* _What you have to do_: Copy each line of the entries below that contains the string "dimension".

* _Saved entries_:
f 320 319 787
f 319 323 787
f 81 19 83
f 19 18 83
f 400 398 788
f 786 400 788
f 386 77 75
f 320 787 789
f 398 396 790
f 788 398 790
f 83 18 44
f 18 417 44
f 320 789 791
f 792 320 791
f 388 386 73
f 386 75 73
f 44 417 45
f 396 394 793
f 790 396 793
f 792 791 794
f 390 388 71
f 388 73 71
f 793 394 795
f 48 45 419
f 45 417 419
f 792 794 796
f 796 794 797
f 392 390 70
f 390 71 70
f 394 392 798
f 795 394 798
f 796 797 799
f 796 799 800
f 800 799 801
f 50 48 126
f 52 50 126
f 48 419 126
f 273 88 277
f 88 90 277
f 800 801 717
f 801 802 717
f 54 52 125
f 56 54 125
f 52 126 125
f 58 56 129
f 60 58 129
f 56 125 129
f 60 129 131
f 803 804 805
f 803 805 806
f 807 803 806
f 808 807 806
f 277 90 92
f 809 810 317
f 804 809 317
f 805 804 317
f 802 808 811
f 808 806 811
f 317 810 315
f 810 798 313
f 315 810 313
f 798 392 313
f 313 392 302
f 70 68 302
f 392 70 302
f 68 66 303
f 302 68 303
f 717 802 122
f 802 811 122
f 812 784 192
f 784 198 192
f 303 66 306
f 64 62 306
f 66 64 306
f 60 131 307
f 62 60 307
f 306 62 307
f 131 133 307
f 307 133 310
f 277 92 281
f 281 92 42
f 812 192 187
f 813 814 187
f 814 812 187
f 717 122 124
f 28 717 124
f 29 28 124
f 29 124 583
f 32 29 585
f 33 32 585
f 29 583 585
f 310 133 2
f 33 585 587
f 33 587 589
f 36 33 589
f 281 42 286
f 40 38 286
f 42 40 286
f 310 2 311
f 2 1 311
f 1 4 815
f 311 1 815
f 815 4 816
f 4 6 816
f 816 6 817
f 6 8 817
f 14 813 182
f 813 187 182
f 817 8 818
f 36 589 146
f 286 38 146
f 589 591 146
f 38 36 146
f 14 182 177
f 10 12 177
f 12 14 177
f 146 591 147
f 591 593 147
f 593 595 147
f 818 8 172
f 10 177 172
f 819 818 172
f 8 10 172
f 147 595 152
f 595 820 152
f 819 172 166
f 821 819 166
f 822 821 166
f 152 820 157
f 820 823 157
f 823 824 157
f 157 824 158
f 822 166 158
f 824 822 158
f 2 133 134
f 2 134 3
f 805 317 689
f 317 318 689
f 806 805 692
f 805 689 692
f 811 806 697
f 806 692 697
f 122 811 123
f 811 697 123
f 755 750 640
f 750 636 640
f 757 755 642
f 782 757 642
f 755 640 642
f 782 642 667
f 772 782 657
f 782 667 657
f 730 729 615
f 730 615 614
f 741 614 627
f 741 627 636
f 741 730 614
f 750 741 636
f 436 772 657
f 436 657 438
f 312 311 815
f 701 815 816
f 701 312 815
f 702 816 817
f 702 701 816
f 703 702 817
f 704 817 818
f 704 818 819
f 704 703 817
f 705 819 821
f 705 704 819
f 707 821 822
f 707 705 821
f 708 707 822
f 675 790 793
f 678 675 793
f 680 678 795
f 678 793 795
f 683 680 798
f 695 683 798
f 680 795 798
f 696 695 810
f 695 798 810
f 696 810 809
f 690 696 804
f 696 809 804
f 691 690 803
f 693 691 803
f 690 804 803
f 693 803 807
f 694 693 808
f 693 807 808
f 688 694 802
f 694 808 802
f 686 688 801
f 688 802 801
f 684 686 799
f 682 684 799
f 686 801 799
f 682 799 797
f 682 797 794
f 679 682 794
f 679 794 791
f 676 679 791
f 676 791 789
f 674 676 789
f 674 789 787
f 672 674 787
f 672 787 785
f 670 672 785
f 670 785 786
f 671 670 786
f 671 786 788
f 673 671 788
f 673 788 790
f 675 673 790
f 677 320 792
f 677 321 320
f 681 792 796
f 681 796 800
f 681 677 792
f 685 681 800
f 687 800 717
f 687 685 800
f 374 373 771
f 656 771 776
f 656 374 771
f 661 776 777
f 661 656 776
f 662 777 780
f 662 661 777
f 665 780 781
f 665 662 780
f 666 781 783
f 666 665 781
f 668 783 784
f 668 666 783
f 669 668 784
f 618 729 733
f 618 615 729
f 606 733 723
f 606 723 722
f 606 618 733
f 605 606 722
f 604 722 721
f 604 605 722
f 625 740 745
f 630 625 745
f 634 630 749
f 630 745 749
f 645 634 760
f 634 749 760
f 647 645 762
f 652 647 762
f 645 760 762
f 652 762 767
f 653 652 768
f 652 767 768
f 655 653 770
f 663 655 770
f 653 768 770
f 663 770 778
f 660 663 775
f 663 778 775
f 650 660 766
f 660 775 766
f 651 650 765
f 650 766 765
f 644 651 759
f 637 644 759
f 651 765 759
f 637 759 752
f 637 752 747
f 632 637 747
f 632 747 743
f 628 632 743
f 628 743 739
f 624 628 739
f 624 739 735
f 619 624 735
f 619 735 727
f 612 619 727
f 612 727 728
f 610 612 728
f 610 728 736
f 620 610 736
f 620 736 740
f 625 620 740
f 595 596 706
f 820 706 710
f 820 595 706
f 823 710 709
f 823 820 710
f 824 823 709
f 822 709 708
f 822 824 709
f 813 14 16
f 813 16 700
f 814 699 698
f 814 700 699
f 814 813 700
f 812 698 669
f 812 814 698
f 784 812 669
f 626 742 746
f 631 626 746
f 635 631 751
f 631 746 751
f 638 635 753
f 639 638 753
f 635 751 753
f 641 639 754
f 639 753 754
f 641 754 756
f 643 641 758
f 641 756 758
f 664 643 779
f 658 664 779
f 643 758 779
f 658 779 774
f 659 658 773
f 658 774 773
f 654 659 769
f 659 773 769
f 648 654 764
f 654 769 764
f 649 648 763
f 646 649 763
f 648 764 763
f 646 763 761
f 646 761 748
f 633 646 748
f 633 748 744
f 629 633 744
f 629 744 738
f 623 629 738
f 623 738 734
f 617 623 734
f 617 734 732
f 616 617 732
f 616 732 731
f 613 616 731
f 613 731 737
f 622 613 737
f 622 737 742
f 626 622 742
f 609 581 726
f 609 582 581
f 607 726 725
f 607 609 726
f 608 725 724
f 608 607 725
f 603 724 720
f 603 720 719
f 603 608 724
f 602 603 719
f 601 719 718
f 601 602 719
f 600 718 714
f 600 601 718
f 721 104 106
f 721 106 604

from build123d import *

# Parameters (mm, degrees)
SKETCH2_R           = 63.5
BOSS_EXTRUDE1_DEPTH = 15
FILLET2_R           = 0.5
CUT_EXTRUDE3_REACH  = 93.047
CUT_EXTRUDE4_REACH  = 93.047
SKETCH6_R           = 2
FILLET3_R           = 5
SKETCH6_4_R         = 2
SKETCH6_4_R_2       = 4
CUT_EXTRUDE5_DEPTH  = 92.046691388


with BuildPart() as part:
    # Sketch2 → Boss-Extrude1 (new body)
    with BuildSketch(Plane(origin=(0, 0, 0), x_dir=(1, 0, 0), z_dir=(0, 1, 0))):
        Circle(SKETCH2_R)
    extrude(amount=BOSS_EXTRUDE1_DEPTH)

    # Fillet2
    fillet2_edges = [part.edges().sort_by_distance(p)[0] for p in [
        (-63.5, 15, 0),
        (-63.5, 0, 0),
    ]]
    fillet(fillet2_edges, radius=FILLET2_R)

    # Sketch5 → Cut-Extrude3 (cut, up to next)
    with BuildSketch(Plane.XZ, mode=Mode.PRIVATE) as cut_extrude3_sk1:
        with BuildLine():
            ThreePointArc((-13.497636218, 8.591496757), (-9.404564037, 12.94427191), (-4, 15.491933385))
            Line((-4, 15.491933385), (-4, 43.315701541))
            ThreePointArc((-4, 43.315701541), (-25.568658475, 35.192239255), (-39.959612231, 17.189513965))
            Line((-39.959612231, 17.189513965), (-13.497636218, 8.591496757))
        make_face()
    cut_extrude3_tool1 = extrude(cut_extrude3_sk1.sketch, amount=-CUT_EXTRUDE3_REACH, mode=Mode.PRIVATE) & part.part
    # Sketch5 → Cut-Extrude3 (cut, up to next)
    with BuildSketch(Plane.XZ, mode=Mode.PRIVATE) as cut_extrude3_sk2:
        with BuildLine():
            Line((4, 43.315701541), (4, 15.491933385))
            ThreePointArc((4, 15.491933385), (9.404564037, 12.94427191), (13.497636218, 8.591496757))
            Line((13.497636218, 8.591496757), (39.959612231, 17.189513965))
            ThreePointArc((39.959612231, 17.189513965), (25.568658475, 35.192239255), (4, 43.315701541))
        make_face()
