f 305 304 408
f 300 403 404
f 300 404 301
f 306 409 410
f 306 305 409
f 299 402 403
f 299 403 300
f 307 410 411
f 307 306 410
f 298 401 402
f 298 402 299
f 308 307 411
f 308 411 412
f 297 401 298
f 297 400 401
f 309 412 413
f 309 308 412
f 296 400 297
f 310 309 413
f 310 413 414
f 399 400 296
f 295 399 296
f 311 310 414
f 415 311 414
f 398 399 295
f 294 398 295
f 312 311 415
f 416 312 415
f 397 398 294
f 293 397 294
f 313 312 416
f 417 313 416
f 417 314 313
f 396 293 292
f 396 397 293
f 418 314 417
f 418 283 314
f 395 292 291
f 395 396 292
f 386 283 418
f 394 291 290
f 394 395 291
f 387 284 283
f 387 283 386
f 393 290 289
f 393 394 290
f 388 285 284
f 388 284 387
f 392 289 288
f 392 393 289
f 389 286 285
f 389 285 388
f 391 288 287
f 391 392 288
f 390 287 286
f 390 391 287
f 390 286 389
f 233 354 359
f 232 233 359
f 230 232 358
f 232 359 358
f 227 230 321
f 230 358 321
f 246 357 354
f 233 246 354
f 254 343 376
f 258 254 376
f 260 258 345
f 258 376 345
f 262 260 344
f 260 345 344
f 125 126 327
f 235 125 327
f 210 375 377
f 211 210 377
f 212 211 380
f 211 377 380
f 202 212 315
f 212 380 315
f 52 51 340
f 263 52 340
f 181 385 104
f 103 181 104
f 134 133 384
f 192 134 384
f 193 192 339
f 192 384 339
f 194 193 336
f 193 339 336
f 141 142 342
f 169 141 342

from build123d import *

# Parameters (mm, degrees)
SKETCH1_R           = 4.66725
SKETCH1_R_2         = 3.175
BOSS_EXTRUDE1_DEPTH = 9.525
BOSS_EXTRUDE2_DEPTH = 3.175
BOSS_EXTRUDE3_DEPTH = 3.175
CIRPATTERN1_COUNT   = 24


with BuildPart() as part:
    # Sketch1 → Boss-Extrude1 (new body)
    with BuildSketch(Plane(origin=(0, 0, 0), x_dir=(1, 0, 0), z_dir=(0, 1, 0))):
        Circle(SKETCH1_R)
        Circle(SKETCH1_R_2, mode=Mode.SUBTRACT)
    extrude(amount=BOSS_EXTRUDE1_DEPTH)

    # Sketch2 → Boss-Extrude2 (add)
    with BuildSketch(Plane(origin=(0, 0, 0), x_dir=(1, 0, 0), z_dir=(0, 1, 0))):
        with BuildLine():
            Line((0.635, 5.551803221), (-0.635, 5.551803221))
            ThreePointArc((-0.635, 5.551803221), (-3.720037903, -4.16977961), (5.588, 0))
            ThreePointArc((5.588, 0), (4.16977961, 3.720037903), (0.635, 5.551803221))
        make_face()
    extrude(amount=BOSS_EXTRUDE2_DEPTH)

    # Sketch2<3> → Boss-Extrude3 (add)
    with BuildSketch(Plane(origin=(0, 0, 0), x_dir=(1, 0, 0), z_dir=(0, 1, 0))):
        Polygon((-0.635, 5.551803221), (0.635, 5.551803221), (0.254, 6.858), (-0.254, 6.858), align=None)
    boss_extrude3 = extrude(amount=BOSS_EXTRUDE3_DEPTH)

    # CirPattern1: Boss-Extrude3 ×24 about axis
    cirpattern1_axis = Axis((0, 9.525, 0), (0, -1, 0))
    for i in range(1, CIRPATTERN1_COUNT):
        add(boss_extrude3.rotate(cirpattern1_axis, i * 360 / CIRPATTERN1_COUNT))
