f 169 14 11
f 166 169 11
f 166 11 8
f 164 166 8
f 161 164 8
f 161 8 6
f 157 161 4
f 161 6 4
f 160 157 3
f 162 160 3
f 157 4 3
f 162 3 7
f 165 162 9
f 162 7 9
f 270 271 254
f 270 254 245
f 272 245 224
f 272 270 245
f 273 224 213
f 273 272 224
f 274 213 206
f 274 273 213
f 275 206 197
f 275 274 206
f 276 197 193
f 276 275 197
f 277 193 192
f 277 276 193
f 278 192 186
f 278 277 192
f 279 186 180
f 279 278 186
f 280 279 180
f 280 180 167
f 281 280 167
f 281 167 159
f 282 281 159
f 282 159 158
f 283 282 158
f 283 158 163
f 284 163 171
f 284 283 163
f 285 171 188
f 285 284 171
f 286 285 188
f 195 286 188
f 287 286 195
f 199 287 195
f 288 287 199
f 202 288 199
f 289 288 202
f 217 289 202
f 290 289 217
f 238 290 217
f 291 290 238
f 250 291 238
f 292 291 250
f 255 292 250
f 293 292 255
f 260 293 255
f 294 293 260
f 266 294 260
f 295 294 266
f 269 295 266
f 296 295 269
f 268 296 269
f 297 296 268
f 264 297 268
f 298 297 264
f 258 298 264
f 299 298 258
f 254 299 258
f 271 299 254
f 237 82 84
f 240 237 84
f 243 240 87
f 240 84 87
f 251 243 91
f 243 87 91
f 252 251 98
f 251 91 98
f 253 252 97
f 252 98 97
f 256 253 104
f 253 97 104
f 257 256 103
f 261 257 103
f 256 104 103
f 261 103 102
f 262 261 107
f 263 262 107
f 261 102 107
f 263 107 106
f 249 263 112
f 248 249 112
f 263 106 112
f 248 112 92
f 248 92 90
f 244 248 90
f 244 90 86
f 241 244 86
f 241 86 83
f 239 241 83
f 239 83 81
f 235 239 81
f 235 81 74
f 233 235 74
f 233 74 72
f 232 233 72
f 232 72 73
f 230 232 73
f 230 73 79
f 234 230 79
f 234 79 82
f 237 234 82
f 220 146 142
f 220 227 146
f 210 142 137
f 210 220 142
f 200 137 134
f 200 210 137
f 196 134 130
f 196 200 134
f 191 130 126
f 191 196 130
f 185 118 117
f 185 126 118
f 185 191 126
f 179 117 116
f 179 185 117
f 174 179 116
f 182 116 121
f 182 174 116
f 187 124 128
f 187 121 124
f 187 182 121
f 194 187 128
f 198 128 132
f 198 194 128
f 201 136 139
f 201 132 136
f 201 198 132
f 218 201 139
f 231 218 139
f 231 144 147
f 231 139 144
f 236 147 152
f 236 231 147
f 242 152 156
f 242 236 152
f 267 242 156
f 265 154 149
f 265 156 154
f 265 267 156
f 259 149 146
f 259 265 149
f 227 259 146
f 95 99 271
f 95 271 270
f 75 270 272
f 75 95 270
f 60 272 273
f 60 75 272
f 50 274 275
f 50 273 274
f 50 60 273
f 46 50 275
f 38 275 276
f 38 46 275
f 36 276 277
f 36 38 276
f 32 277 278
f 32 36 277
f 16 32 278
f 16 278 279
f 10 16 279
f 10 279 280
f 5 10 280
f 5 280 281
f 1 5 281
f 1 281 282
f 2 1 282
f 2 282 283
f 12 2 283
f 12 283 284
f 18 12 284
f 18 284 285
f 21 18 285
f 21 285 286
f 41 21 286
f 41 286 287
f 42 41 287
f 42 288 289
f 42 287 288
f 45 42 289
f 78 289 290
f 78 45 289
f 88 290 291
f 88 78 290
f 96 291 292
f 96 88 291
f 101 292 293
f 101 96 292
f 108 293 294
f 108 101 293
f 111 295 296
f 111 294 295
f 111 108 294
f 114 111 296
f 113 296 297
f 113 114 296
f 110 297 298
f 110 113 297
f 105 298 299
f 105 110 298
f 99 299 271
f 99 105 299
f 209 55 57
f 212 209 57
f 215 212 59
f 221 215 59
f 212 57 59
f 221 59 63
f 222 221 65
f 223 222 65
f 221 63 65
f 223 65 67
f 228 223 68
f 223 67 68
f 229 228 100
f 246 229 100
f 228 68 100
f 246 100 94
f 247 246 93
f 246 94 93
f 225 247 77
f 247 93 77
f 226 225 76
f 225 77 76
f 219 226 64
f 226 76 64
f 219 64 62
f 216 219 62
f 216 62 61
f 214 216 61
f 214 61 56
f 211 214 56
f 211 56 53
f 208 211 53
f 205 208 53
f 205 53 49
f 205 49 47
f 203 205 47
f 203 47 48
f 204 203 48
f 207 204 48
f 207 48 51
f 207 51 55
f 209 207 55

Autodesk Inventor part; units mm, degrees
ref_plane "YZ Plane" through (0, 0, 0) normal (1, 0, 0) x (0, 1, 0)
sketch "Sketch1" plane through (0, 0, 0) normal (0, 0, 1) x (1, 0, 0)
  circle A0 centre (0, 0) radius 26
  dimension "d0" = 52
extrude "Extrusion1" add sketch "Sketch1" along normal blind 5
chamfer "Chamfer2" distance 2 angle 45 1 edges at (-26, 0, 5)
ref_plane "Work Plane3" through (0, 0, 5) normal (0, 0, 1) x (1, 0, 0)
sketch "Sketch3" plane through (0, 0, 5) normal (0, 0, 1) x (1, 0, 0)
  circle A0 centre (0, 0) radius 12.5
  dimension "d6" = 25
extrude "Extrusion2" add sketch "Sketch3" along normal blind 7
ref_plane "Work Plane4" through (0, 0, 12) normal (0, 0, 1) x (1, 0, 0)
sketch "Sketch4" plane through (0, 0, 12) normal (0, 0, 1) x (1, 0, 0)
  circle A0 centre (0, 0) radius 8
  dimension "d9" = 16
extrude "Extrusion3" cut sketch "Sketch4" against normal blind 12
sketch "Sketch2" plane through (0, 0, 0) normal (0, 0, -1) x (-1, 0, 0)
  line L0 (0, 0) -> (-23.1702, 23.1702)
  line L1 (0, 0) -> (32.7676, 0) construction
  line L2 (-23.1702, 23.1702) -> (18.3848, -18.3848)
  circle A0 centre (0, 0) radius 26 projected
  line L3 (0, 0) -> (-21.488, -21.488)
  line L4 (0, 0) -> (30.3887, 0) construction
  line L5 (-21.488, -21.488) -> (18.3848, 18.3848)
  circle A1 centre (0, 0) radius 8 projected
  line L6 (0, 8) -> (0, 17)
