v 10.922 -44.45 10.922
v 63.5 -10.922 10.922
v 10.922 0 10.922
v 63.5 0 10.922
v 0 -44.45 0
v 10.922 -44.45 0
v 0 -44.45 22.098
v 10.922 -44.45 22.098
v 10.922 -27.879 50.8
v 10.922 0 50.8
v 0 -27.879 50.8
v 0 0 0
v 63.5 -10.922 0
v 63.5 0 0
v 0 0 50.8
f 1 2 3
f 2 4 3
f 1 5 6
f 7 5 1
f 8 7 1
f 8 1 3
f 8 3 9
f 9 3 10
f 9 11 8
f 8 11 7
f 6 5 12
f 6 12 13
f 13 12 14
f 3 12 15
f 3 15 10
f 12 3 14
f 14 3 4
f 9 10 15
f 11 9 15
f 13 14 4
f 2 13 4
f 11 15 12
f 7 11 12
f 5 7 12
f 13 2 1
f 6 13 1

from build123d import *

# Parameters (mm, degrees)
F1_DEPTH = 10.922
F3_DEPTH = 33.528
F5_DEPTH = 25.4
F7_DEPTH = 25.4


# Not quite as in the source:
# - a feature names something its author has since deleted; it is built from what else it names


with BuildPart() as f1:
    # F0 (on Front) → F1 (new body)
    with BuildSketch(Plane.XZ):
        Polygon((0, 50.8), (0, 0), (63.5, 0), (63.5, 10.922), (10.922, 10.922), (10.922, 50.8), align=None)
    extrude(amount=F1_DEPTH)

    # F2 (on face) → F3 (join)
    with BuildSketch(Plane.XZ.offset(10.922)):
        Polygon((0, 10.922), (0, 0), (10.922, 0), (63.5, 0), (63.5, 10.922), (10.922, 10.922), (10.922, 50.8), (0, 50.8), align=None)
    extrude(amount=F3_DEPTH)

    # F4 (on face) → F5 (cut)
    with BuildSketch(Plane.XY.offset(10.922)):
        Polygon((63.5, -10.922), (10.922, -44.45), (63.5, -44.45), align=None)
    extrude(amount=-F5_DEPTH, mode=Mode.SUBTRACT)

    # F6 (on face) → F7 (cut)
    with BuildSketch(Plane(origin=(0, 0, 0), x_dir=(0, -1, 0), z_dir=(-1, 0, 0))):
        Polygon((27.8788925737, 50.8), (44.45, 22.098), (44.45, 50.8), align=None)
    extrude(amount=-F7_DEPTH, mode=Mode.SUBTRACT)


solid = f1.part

* _Task response_:
  dimension "d0" = 52
  dimension "d6" = 25
  dimension "d9" = 16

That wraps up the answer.